Eingeladen waren Politiker der Parteien GRÜNE, CDU, SPD,  FDP, AfD und DIE LINKE.
Sowie der Deutsche Angelfischerverband (DAFV) und Präsident von Eyb vom Landesfischereiverband Baden-Württemberg.

*Bis auf GRÜNE, DAFV und LFV Baden-Württemberg* konnte Moderator Manfred Eilber ( 1. Vorstand der Sportfischervereinigung Eggenstein, sowie ehemals Vizepräsident im LFV Baden ) alle Eingeladenen bei der Veranstaltung begrüßen. 

*Teilnehmer*
> *FDP* : Klaus Hoher (MdL, selbständiger Landwirt)
> *Die Linke *: Klaus Huska ( Direktkandidat zur Bundestagswahl Karlsruhe- Land, Diplomingenieur)
>* SPD* : Patrick Diebold ( Direktkandidat zur Bundestagswahl Ka.- Land, Verwaltungsoberinspektor im Bereich Auslandsrenten Schweiz/Liechtenstein der DRV)
> *AFD* : Alexander Arpaschi (AFD Politiker aus Karlsruhe, Inhaber eines Immobilienunternehmens )
> *CDU *: Joachim Kößler (MdL, Bundesbankdirektor der Deutschen Bundesbank)

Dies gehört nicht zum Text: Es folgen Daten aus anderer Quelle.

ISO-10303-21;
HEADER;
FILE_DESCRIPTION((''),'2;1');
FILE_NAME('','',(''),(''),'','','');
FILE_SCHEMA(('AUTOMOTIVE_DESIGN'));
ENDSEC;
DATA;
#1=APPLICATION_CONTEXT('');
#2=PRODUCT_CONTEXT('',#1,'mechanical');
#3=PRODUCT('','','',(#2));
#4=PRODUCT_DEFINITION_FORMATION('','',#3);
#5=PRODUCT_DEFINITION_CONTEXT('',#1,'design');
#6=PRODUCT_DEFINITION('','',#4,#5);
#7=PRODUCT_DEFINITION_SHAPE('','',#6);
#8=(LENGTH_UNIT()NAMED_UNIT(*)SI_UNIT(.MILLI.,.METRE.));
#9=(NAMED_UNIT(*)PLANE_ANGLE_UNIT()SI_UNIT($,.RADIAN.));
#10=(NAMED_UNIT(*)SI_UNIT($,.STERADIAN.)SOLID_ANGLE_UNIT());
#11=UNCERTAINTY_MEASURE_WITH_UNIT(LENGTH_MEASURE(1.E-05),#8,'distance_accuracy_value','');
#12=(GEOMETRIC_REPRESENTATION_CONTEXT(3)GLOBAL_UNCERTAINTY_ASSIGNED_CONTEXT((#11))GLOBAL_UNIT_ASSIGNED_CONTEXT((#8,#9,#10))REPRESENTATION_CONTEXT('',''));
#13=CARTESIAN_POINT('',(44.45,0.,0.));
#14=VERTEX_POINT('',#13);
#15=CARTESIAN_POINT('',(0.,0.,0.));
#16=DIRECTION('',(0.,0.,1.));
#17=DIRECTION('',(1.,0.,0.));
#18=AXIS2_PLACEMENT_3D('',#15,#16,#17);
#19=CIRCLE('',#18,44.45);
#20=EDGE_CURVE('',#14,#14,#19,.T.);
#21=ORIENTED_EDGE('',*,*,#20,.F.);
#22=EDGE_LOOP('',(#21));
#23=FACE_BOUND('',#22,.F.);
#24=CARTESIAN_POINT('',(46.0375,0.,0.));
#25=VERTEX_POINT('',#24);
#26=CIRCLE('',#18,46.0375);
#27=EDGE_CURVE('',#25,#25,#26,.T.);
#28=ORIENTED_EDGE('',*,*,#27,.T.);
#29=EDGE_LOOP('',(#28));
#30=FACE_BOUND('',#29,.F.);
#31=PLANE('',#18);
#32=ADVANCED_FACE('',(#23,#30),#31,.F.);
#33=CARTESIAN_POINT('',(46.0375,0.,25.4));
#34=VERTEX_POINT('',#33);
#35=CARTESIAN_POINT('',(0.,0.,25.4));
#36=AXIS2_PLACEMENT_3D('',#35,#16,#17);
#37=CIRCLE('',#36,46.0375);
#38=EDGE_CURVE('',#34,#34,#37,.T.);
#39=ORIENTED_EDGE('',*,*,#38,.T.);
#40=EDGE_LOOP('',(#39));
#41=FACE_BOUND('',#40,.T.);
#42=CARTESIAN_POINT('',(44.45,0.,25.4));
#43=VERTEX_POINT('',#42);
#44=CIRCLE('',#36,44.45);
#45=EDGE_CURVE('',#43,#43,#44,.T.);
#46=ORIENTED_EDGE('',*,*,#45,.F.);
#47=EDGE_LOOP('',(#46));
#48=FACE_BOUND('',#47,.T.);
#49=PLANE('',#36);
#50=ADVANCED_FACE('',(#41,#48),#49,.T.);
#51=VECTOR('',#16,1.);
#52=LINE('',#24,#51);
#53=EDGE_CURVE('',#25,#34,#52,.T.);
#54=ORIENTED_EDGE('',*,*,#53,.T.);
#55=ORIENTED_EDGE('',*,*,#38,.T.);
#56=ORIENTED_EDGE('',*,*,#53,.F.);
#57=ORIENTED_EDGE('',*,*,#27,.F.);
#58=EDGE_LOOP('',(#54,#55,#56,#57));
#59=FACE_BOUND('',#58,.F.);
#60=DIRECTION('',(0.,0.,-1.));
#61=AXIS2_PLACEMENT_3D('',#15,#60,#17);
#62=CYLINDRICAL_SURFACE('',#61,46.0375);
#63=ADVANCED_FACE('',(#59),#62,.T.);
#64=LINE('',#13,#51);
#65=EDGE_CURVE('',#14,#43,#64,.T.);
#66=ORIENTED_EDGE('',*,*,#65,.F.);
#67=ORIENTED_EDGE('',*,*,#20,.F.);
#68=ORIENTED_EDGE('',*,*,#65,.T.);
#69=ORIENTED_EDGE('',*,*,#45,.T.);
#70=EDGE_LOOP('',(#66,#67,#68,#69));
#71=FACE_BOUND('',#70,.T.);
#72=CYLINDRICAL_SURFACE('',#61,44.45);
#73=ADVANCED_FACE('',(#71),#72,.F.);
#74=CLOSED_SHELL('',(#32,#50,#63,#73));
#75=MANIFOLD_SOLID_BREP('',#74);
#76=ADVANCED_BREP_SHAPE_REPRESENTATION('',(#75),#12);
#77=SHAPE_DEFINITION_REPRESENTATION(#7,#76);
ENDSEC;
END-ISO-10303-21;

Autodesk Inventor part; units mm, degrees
ref_plane "YZ Plane" through (0, 0, 0) normal (1, 0, 0) x (0, 1, 0)
ref_plane "XZ Plane" through (0, 0, 0) normal (0, 1, 0) x (-1, 0, 0)
ref_plane "XY Plane" through (0, 0, 0) normal (0, 0, 1) x (1, 0, 0)
sketch "Sketch1" plane through (0, 0, 0) normal (0, 0, 1) x (1, 0, 0)
  circle A0 centre (0, 0) radius 44.45
  circle A1 centre (0, 0) radius 46.0375
  dimension "d0" = 88.9
  dimension "d1" = 92.075
extrude "Extrusion1" add sketch "Sketch1" along normal blind 25.4
properties part number "CapSleeve"
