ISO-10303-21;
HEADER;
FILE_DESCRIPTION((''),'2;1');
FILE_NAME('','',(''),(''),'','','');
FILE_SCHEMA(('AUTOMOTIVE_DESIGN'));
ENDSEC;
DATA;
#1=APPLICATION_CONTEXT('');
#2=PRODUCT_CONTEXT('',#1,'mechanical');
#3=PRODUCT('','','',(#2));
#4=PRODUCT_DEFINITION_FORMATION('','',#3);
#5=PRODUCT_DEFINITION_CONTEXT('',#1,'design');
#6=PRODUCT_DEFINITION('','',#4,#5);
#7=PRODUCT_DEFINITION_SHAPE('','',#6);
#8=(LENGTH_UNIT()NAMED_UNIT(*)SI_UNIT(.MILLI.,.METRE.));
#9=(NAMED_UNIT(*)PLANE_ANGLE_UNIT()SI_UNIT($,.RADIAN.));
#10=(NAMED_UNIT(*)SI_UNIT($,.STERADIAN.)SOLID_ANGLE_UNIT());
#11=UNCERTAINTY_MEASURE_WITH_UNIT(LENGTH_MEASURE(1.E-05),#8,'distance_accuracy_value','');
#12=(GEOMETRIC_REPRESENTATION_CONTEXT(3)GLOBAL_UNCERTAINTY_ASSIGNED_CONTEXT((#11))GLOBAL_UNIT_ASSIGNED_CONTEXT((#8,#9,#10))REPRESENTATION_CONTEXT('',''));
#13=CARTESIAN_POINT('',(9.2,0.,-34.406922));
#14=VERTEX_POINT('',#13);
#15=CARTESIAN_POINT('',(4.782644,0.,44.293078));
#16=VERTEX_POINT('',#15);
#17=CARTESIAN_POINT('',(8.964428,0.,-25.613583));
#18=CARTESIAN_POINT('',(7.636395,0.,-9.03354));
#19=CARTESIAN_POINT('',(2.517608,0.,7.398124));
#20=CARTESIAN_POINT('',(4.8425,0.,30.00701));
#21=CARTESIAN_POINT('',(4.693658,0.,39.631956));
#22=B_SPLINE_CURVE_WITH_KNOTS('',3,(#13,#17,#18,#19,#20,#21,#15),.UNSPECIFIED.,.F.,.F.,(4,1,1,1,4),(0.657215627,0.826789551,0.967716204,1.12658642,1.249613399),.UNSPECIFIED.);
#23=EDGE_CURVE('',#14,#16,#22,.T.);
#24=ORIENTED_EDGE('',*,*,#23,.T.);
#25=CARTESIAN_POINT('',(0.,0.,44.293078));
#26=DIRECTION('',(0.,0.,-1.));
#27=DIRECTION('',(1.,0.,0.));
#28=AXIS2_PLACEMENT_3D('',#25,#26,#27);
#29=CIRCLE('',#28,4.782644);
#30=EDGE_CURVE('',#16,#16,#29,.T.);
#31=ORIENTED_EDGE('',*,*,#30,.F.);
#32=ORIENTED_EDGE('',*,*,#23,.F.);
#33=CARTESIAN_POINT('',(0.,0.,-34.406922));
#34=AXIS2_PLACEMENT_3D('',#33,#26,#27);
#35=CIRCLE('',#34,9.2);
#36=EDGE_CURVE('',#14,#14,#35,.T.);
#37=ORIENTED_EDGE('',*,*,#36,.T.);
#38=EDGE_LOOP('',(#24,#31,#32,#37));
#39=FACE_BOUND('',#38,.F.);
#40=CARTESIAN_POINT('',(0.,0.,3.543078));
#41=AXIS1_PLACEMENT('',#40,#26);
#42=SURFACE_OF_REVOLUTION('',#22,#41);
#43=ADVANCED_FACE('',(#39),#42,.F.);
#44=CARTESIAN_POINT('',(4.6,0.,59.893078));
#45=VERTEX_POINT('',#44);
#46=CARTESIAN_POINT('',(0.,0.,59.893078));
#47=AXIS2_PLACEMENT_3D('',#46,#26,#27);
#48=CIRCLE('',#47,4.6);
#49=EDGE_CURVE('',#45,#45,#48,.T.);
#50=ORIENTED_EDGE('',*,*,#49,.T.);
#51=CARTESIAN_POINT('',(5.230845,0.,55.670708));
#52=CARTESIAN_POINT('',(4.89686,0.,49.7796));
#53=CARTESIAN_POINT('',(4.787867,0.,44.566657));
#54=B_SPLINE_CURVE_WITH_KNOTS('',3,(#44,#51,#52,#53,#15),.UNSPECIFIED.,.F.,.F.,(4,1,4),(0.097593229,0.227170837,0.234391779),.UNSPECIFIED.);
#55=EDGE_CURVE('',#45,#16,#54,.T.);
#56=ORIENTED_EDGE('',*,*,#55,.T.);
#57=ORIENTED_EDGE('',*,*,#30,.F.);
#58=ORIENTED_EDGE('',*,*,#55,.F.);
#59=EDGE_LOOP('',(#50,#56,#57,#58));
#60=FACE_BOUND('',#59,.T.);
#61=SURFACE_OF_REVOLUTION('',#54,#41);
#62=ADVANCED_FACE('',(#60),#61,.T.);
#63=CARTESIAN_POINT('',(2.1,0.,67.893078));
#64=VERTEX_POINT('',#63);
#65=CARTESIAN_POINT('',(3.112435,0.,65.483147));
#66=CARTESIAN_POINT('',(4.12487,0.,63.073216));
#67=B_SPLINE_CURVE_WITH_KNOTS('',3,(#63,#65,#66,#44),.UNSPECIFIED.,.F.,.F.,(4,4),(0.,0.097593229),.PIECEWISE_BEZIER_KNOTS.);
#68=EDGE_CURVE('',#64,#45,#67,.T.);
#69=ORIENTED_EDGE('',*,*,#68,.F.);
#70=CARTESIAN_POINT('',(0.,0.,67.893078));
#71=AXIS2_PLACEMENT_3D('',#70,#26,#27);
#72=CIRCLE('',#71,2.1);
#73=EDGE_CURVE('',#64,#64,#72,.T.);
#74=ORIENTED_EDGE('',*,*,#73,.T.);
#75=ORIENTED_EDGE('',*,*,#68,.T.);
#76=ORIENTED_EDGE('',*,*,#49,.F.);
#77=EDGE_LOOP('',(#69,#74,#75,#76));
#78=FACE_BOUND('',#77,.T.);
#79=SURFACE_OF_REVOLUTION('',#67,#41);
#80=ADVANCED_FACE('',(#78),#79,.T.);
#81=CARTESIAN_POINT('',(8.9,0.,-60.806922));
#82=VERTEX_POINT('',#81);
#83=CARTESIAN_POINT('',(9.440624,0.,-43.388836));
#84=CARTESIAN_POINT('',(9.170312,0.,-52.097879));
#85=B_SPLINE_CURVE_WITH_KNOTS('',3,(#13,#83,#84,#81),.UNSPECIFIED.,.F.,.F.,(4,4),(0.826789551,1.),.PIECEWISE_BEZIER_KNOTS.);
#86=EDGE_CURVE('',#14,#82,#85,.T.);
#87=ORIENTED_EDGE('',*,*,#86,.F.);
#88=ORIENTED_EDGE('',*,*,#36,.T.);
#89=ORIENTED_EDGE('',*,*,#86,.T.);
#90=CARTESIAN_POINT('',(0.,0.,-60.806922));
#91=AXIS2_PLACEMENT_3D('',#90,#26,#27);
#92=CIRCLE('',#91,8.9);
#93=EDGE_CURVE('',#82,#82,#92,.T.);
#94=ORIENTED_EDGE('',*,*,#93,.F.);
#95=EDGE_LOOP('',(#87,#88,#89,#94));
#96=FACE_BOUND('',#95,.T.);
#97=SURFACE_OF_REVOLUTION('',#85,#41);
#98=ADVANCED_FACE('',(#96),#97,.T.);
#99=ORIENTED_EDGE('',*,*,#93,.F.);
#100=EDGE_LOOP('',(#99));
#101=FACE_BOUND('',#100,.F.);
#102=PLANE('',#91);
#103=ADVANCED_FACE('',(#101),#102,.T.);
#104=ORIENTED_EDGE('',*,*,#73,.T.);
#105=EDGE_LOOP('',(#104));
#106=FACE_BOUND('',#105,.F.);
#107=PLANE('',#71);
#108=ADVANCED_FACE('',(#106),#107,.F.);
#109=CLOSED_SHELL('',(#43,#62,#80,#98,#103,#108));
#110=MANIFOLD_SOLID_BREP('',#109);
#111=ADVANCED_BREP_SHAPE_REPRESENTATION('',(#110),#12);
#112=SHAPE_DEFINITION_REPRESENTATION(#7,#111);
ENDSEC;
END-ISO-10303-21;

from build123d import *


with BuildPart() as f1:
    # F0 (on Front) → F1 (revolve)
    with BuildSketch(Plane.XZ):
        with BuildLine():
            Line((2.1, 67.8930776252), (0, 67.8930776252))
            Line((0, 67.8930776252), (0, 59.8930776252))
            Line((0, 59.8930776252), (4.6, 59.8930776252))
            add(Edge.make_bspline(
                [(2.1, 67.8930776252), (3.1124351011, 65.4831465707), (4.1248702022, 63.0732155163), (4.6, 59.8930776252)],
                knots=[0, 0, 0, 0, 0.0975932292, 0.0975932292, 0.0975932292, 0.0975932292], degree=3))
        make_face()
        with BuildLine():
            Line((4.6, 59.8930776252), (0, 59.8930776252))
            Line((0, 59.8930776252), (0, 44.2930776252))
            Line((0, 44.2930776252), (4.7826436906, 44.2930776252))
            add(Edge.make_bspline(
                [(4.6, 59.8930776252), (5.2308448174, 55.6707082502), (4.8968602277, 49.7796001298), (4.7878666087, 44.5666573381), (4.7826436906, 44.2930776252)],
                knots=[0.0975932292, 0.0975932292, 0.0975932292, 0.0975932292, 0.2271708374, 0.2343917785, 0.2343917785, 0.2343917785, 0.2343917785], degree=3))
        make_face()
        with BuildLine():
            Line((4.7826436906, 44.2930776252), (0, 44.2930776252))
            Line((0, 44.2930776252), (0, 30.1930776252))
            Line((0, 30.1930776252), (4.5, 30.1930776252))
            add(Edge.make_bspline(
                [(4.7826436906, 44.2930776252), (4.6936580809, 39.631955877), (4.7586162959, 35.43138884), (4.5, 30.1930776252)],
                knots=[0.2343917785, 0.2343917785, 0.2343917785, 0.2343917785, 0.3574187573, 0.3574187573, 0.3574187573, 0.3574187573], degree=3))
        make_face()
        with BuildLine():
            Line((4.5, 30.1930776252), (0, 30.1930776252))
            Line((0, 30.1930776252), (0, 7.9930776252))
            Line((0, 7.9930776252), (3.8, 7.9930776252))
            add(Edge.make_bspline(
                [(4.5, 30.1930776252), (4.1660372599, 23.4286130709), (3.2924911446, 14.933636726), (3.8, 7.9930776252)],
                knots=[0.3574187573, 0.3574187573, 0.3574187573, 0.3574187573, 0.5162889739, 0.5162889739, 0.5162889739, 0.5162889739], degree=3))
        make_face()
        with BuildLine():
            Line((3.8, 7.9930776252), (0, 7.9930776252))
            Line((0, 7.9930776252), (0, -9.2069223748))
            Line((0, -9.2069223748), (6.9, -9.2069223748))
            add(Edge.make_bspline(
                [(3.8, 7.9930776252), (4.2501883741, 1.8364185173), (5.7870832537, -3.0971210428), (6.9, -9.2069223748)],
                knots=[0.5162889739, 0.5162889739, 0.5162889739, 0.5162889739, 0.6572156271, 0.6572156271, 0.6572156271, 0.6572156271], degree=3))
        make_face()
        with BuildLine():
            Line((6.9, -9.2069223748), (0, -9.2069223748))
            Line((0, -9.2069223748), (0, -34.4069223748))
            Line((0, -34.4069223748), (9.2, -34.4069223748))
            add(Edge.make_bspline(
                [(6.9, -9.2069223748), (8.2391480935, -16.5587111161), (8.9644277297, -25.6135829708), (9.2, -34.4069223748)],
                knots=[0.6572156271, 0.6572156271, 0.6572156271, 0.6572156271, 0.8267895505, 0.8267895505, 0.8267895505, 0.8267895505], degree=3))
        make_face()
        with BuildLine():
            Line((9.2, -34.4069223748), (0, -34.4069223748))
            Line((0, -34.4069223748), (0, -60.8069223748))
            Line((0, -60.8069223748), (8.9, -60.8069223748))
            add(Edge.make_bspline(
                [(9.2, -34.4069223748), (9.4406241363, -43.3888356384), (9.1703120682, -52.0978790066), (8.9, -60.8069223748)],
                knots=[0.8267895505, 0.8267895505, 0.8267895505, 0.8267895505, 1, 1, 1, 1], degree=3))
        make_face()
    revolve(axis=Axis((0, 0, 3.5430776252), (0, 0, -1)))


solid = f1.part
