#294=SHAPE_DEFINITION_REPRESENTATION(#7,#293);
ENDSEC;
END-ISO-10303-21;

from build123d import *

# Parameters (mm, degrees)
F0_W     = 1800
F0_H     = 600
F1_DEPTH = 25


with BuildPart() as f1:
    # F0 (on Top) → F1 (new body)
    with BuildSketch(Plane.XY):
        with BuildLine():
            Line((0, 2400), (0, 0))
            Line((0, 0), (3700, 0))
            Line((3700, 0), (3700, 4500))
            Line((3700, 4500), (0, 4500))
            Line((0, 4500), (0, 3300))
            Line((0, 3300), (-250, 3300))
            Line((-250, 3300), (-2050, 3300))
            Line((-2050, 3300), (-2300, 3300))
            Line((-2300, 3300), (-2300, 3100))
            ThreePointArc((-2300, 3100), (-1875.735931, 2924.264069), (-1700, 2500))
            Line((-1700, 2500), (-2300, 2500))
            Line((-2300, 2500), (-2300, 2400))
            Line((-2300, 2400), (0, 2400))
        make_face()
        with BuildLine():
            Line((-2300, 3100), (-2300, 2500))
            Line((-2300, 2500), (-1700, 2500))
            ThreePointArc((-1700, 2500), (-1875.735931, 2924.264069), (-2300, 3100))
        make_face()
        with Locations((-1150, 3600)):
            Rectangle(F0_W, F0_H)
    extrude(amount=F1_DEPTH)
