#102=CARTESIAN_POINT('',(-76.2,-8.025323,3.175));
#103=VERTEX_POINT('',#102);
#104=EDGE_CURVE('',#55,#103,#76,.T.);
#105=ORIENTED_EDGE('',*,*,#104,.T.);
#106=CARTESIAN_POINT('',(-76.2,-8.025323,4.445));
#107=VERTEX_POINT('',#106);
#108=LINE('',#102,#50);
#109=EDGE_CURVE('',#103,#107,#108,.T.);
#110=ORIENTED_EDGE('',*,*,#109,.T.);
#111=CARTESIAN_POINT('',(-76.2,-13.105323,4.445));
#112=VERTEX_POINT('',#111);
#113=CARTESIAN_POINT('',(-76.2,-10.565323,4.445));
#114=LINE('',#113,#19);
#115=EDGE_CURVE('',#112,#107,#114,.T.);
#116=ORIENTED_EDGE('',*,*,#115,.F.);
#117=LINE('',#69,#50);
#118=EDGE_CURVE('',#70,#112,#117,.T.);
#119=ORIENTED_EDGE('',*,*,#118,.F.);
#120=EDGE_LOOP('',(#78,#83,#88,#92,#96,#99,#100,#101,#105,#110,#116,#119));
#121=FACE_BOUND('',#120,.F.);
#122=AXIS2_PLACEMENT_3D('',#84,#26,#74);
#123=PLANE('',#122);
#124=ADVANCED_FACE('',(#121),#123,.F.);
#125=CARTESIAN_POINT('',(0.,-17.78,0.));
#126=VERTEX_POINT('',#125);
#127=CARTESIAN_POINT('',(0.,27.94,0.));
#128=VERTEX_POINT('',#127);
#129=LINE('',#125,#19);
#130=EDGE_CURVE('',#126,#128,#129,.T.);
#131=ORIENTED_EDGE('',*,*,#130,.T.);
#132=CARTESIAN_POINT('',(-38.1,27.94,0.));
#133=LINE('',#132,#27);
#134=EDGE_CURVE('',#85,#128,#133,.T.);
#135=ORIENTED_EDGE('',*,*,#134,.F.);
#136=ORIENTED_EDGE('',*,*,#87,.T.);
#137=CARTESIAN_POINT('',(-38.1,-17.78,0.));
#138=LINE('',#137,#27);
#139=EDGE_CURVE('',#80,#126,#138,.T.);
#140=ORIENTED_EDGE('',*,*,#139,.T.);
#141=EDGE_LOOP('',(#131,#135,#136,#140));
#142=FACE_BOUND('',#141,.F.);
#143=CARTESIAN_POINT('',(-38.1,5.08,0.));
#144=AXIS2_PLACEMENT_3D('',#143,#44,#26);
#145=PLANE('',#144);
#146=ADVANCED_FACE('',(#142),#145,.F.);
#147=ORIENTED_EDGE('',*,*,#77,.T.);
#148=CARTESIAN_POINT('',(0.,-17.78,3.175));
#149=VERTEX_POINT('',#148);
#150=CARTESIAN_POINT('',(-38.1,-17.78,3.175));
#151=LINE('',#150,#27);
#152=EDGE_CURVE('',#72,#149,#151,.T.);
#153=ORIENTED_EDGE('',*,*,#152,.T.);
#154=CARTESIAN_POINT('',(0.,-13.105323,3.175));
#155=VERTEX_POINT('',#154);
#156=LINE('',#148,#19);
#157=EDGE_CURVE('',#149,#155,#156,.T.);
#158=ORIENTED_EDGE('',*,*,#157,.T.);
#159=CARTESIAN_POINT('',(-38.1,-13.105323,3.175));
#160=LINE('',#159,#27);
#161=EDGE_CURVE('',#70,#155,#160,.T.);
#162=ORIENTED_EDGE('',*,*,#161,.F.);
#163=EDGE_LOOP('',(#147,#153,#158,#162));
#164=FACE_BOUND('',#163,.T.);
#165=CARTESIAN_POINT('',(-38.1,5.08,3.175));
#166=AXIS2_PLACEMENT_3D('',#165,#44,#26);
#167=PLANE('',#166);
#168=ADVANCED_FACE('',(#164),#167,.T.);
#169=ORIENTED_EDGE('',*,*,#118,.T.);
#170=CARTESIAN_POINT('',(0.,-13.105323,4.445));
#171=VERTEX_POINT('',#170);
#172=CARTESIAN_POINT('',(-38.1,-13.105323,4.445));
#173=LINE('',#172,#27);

Gerade für die Verbandsvertreter wäre es  vielleicht mal gut gewesen zu sehen, wie man mit harten Fragen und klaren Positionen Politiker zu deutlichen, öffentlichen Aussagen PRO Angler und Angeln und GEGEN immer mehr Verbote, Einschränkungen, PeTA etc. bringen kann. Die Angelvereine Linkenheim und Leopoldshafen haben das erstklassig zusammen organisiert.

In der weit über 2 stündigen Veranstaltung hatten die anwesenden Politiker sicher nicht immer einen leichten Stand. Dennoch wurden sie vom Publikum mit lang anhaltendem Applaus verabschiedet. *Denn:* 
Auch diese Politiker hätten es sich einfacher machen können um sich nicht den Anglern stellen zu müssen.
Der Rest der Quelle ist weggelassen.